- Exercise prompt:
Please count the lines in the material below that include "extrude". Reply with the number alone.

Start of Block

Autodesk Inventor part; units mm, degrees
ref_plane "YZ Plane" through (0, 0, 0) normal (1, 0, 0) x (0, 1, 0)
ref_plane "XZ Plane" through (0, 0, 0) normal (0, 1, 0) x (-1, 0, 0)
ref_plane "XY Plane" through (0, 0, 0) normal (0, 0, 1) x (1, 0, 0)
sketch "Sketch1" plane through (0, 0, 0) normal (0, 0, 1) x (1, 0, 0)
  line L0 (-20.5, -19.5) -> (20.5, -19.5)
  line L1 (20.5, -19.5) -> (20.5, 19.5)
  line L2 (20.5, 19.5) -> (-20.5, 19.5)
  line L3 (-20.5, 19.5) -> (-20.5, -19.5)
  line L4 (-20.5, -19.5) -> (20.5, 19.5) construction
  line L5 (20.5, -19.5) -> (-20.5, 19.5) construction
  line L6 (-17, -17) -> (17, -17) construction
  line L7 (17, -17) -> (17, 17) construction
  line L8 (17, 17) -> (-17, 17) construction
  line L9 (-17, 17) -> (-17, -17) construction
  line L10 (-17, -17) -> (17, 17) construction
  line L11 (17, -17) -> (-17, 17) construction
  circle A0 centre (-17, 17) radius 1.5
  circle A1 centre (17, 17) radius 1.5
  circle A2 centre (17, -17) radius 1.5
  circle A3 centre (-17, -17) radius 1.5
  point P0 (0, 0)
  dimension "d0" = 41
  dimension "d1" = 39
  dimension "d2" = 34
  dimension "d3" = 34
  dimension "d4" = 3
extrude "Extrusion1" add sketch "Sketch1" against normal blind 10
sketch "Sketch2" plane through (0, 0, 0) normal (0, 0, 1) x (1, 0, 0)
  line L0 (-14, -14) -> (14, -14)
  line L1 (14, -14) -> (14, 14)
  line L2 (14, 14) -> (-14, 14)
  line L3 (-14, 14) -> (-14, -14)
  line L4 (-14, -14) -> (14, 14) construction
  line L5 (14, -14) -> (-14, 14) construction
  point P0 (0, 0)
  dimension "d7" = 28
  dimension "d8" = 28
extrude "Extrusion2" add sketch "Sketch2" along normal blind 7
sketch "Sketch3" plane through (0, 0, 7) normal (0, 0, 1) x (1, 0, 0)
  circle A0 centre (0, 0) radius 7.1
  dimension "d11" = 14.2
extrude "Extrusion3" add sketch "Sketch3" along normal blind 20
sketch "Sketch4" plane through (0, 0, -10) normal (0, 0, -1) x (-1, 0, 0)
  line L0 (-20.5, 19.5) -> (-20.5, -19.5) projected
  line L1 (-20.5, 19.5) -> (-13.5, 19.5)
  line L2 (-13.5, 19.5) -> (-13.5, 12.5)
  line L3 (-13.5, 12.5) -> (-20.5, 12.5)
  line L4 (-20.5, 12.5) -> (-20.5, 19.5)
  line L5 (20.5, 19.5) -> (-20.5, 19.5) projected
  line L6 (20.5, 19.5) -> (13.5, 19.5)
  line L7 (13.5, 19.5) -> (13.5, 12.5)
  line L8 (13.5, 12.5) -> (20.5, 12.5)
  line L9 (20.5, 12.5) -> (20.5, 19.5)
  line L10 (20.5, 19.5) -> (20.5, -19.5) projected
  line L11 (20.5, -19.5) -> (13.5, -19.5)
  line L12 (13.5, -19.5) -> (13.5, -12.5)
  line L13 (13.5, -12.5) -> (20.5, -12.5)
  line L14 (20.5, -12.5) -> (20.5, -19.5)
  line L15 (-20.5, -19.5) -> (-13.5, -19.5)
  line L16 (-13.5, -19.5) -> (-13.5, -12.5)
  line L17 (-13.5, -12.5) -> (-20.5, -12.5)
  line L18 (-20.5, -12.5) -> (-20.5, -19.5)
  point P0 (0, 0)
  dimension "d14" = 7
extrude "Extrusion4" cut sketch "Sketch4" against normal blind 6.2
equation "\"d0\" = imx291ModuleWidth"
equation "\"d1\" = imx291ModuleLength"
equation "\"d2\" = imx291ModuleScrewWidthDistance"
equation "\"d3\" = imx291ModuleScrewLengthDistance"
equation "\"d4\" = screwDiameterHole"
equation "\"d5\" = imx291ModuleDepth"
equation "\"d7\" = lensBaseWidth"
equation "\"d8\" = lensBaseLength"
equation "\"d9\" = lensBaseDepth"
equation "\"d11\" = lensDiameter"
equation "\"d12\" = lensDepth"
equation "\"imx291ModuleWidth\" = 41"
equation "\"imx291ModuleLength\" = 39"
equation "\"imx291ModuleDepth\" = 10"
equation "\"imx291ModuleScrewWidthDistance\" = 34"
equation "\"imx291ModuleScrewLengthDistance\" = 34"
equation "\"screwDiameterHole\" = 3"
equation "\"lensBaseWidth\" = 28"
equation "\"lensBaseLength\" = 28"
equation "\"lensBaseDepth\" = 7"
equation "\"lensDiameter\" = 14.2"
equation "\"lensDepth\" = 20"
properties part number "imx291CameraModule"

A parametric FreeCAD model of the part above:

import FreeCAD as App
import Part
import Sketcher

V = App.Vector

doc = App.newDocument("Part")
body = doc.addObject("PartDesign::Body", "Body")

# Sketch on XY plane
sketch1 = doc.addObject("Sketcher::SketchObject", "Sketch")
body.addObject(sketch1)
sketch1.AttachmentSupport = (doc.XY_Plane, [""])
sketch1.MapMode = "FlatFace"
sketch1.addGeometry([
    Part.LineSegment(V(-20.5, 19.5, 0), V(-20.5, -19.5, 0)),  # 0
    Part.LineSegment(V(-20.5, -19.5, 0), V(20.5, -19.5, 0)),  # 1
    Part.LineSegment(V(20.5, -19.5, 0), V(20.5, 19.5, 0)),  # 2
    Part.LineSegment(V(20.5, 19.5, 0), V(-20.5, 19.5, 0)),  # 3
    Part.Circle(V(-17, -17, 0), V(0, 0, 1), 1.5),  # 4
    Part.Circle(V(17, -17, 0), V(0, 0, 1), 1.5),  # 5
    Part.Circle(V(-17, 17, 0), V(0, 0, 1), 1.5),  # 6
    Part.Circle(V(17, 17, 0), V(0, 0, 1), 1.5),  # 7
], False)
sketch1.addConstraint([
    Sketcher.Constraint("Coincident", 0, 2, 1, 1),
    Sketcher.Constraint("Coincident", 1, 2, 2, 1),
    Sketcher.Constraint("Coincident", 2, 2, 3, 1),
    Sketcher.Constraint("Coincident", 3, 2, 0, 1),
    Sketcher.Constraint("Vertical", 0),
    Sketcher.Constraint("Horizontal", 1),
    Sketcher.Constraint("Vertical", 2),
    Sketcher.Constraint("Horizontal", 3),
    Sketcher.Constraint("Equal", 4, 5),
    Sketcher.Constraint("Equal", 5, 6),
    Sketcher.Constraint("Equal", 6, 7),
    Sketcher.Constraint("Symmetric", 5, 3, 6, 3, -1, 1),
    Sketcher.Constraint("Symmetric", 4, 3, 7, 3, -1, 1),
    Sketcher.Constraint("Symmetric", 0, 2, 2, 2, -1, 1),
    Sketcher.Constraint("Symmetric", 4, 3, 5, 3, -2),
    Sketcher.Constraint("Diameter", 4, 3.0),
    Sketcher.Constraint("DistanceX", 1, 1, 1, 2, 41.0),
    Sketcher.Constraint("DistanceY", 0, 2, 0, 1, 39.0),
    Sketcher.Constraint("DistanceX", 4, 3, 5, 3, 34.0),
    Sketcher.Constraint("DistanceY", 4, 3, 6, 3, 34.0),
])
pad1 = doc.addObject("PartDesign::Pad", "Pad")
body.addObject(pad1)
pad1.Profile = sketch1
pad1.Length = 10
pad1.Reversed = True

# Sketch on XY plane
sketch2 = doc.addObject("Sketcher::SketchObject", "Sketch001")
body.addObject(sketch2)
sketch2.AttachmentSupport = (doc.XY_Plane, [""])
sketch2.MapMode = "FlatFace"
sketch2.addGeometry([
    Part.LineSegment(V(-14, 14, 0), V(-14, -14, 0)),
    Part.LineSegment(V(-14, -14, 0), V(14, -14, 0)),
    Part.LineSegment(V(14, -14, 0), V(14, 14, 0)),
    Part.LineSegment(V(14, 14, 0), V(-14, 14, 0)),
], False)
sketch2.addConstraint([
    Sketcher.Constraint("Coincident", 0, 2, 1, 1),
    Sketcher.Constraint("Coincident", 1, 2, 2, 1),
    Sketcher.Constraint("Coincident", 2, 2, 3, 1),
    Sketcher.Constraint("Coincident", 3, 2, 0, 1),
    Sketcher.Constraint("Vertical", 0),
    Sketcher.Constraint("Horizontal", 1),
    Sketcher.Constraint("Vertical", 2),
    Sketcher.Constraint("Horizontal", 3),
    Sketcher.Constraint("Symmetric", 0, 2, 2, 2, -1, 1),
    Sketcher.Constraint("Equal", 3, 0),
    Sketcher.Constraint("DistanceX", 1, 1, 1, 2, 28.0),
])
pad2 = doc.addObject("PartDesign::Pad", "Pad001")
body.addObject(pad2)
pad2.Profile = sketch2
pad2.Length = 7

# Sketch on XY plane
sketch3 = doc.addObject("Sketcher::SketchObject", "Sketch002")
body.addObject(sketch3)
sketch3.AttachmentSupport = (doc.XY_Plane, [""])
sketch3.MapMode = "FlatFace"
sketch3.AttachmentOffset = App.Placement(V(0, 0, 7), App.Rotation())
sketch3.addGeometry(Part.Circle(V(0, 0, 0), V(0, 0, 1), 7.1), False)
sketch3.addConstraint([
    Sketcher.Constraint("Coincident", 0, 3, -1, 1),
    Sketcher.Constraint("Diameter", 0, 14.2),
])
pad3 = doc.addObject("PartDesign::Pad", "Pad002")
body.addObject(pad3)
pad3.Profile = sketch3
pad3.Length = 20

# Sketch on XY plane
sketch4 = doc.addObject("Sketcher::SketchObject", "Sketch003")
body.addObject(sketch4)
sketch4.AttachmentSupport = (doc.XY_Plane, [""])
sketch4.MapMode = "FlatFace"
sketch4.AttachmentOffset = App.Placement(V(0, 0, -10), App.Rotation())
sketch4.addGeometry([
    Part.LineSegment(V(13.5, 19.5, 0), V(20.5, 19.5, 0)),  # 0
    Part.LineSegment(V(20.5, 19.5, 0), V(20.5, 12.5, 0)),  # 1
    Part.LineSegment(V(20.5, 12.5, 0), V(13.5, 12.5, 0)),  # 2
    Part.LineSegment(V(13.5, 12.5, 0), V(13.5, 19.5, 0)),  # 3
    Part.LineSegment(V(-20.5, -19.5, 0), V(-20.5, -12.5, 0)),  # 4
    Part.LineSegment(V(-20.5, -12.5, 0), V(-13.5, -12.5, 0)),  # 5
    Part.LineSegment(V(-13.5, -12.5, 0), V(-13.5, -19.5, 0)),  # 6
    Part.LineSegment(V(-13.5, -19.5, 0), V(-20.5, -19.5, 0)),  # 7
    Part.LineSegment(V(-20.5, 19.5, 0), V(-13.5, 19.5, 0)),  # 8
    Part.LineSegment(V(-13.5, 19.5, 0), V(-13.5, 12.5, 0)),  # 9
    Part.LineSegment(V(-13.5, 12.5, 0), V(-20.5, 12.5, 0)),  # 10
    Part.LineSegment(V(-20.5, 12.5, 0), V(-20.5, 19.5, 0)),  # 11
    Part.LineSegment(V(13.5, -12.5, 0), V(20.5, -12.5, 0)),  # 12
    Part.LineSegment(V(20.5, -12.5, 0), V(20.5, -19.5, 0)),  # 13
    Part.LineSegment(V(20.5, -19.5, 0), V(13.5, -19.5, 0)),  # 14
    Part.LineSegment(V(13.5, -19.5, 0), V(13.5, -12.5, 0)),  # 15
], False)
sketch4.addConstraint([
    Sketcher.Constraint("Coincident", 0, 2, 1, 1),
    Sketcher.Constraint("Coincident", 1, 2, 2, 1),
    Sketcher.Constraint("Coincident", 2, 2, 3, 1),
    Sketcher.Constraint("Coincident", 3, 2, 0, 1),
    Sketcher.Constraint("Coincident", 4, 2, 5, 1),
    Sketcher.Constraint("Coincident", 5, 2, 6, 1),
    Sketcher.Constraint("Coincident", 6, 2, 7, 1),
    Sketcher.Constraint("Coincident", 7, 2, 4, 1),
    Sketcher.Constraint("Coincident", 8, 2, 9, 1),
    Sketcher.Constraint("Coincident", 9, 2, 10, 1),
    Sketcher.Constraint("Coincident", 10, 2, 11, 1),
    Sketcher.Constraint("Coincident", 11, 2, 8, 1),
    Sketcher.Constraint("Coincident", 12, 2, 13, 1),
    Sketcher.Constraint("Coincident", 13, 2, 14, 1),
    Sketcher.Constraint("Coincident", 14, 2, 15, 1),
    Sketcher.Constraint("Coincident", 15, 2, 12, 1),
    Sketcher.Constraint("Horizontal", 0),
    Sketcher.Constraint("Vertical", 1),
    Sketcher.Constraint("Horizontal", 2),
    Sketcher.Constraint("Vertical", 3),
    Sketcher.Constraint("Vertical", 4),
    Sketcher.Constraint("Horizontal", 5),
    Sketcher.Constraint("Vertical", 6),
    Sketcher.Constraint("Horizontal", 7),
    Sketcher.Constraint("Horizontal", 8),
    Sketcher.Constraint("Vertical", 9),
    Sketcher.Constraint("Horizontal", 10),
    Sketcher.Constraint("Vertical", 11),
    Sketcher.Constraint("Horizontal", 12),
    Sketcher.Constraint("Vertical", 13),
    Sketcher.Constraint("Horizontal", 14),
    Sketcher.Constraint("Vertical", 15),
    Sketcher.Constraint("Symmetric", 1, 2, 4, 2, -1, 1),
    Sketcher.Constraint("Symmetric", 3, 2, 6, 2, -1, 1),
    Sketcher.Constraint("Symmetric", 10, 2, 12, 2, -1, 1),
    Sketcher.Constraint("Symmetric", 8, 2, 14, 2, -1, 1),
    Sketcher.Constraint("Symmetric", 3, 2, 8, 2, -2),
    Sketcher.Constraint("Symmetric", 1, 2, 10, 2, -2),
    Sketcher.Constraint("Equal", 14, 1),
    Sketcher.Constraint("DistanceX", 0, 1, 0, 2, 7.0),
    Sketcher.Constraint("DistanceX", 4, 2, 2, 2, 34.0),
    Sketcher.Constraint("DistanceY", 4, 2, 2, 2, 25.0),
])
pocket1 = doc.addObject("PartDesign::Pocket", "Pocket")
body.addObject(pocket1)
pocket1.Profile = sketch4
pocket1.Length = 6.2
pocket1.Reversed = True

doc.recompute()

End of Block
Start of Block

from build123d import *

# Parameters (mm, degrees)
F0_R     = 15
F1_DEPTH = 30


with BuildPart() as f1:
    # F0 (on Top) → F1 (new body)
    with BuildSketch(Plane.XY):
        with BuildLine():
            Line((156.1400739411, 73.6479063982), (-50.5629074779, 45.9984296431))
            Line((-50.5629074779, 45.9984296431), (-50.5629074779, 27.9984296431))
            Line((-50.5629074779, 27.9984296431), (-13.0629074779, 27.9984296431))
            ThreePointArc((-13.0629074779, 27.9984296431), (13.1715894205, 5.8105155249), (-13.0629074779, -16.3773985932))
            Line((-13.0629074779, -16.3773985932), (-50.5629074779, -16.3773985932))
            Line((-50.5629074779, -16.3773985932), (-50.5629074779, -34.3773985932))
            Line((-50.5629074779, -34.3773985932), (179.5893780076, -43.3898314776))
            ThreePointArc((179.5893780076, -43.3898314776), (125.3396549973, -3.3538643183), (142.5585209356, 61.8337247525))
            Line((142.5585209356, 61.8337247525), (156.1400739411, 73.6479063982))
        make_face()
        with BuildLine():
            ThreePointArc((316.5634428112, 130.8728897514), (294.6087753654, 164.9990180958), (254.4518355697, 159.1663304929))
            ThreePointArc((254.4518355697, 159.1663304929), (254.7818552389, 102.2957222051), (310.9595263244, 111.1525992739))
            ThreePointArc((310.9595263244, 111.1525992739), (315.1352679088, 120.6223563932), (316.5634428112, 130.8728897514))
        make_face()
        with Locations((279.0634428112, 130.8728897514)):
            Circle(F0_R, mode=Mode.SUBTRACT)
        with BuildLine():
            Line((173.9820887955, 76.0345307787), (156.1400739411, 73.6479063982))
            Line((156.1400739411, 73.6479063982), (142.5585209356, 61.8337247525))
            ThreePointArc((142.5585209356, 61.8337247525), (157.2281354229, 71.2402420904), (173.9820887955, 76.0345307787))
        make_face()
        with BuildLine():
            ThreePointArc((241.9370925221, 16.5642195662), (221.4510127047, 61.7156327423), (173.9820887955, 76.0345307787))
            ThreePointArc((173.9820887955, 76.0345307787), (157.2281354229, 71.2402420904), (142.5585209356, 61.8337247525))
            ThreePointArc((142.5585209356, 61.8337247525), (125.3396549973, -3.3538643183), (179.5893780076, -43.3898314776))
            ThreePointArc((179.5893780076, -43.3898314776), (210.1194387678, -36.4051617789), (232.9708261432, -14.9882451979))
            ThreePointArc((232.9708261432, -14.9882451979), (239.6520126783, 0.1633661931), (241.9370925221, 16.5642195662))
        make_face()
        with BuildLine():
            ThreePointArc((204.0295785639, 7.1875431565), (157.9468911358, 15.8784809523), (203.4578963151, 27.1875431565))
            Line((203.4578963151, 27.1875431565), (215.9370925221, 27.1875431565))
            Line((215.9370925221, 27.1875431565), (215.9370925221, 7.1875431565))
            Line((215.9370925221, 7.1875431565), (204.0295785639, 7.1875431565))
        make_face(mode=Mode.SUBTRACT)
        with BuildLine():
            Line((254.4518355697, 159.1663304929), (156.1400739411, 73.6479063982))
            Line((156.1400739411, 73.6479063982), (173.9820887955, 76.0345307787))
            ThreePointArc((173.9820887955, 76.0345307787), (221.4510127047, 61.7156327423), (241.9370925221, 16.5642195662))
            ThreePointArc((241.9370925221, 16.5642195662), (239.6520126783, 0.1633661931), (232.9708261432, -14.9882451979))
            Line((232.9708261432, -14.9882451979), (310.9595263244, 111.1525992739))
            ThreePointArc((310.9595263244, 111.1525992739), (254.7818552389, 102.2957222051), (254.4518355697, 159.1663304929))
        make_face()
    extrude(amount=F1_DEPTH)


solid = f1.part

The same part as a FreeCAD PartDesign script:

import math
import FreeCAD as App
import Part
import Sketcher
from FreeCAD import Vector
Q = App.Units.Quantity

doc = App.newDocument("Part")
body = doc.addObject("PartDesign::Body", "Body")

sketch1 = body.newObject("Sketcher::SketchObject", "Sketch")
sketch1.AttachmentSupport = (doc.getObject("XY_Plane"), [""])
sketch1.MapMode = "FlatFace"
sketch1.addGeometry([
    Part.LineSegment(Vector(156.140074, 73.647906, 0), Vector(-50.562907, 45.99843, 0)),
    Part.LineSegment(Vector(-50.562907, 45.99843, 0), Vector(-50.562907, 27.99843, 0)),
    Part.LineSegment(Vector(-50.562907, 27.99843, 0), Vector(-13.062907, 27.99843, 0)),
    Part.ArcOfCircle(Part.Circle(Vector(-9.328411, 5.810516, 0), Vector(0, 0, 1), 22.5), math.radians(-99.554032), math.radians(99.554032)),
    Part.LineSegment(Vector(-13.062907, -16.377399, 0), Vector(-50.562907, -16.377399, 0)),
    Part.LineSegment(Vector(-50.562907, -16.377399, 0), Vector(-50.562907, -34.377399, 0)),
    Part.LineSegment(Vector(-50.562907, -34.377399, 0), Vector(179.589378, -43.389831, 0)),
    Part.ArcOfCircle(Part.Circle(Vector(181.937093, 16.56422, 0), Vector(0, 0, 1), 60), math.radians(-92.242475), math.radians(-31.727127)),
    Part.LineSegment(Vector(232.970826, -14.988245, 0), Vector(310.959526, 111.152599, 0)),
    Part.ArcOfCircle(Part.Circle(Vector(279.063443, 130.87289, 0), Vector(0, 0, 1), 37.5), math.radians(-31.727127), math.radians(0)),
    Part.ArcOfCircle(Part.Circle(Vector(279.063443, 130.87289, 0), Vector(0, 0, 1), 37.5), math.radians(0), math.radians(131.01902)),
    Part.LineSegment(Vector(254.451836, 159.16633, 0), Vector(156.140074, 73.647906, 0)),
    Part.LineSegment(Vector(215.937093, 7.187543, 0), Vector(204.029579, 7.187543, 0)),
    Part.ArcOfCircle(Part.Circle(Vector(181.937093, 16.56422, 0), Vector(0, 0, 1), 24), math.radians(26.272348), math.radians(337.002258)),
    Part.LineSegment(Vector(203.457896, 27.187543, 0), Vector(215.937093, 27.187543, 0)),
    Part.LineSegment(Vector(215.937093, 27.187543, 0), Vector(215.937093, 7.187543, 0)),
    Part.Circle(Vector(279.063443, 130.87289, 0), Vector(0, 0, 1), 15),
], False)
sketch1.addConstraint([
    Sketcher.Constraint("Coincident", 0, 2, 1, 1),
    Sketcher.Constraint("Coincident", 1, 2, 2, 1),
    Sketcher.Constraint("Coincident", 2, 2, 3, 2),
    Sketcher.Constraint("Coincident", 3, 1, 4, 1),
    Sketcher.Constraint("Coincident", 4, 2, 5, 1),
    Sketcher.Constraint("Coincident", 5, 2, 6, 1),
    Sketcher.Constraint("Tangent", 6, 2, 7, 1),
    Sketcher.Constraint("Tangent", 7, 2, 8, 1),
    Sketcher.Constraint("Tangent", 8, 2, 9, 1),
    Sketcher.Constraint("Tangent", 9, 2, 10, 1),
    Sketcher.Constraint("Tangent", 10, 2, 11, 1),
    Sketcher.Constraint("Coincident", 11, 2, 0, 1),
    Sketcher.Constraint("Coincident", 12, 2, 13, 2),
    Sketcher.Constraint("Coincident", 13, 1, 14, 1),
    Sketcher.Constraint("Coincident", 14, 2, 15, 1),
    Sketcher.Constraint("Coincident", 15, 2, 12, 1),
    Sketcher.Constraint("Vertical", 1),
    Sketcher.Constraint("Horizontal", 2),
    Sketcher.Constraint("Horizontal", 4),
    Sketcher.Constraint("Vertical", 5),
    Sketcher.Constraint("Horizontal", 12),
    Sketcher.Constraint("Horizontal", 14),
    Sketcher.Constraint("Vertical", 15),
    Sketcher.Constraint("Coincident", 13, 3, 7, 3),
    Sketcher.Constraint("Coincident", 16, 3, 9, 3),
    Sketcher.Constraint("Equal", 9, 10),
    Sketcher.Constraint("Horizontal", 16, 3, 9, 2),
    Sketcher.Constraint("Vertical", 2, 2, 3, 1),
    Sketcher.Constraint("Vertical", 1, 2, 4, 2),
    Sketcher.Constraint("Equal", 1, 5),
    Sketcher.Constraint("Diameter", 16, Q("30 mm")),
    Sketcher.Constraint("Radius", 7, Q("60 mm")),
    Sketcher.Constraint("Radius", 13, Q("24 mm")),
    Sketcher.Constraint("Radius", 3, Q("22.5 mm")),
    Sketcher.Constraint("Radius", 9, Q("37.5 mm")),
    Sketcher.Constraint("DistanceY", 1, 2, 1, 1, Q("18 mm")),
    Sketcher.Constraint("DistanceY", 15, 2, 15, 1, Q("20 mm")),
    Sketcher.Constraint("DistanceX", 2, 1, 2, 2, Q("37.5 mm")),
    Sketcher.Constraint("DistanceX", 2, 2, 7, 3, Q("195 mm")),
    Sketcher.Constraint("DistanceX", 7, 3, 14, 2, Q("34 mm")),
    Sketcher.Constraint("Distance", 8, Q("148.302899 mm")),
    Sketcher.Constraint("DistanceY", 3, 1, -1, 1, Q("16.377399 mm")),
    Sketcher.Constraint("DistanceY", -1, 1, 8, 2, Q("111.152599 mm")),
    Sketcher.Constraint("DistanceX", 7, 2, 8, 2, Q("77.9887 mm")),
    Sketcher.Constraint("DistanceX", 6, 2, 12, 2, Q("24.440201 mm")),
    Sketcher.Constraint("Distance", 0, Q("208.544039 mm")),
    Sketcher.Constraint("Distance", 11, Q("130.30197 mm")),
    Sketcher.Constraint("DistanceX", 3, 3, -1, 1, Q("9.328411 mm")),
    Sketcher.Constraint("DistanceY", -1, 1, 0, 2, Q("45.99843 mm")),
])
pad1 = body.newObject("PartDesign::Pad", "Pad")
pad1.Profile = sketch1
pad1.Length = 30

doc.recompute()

End of Block

- Task solution:
5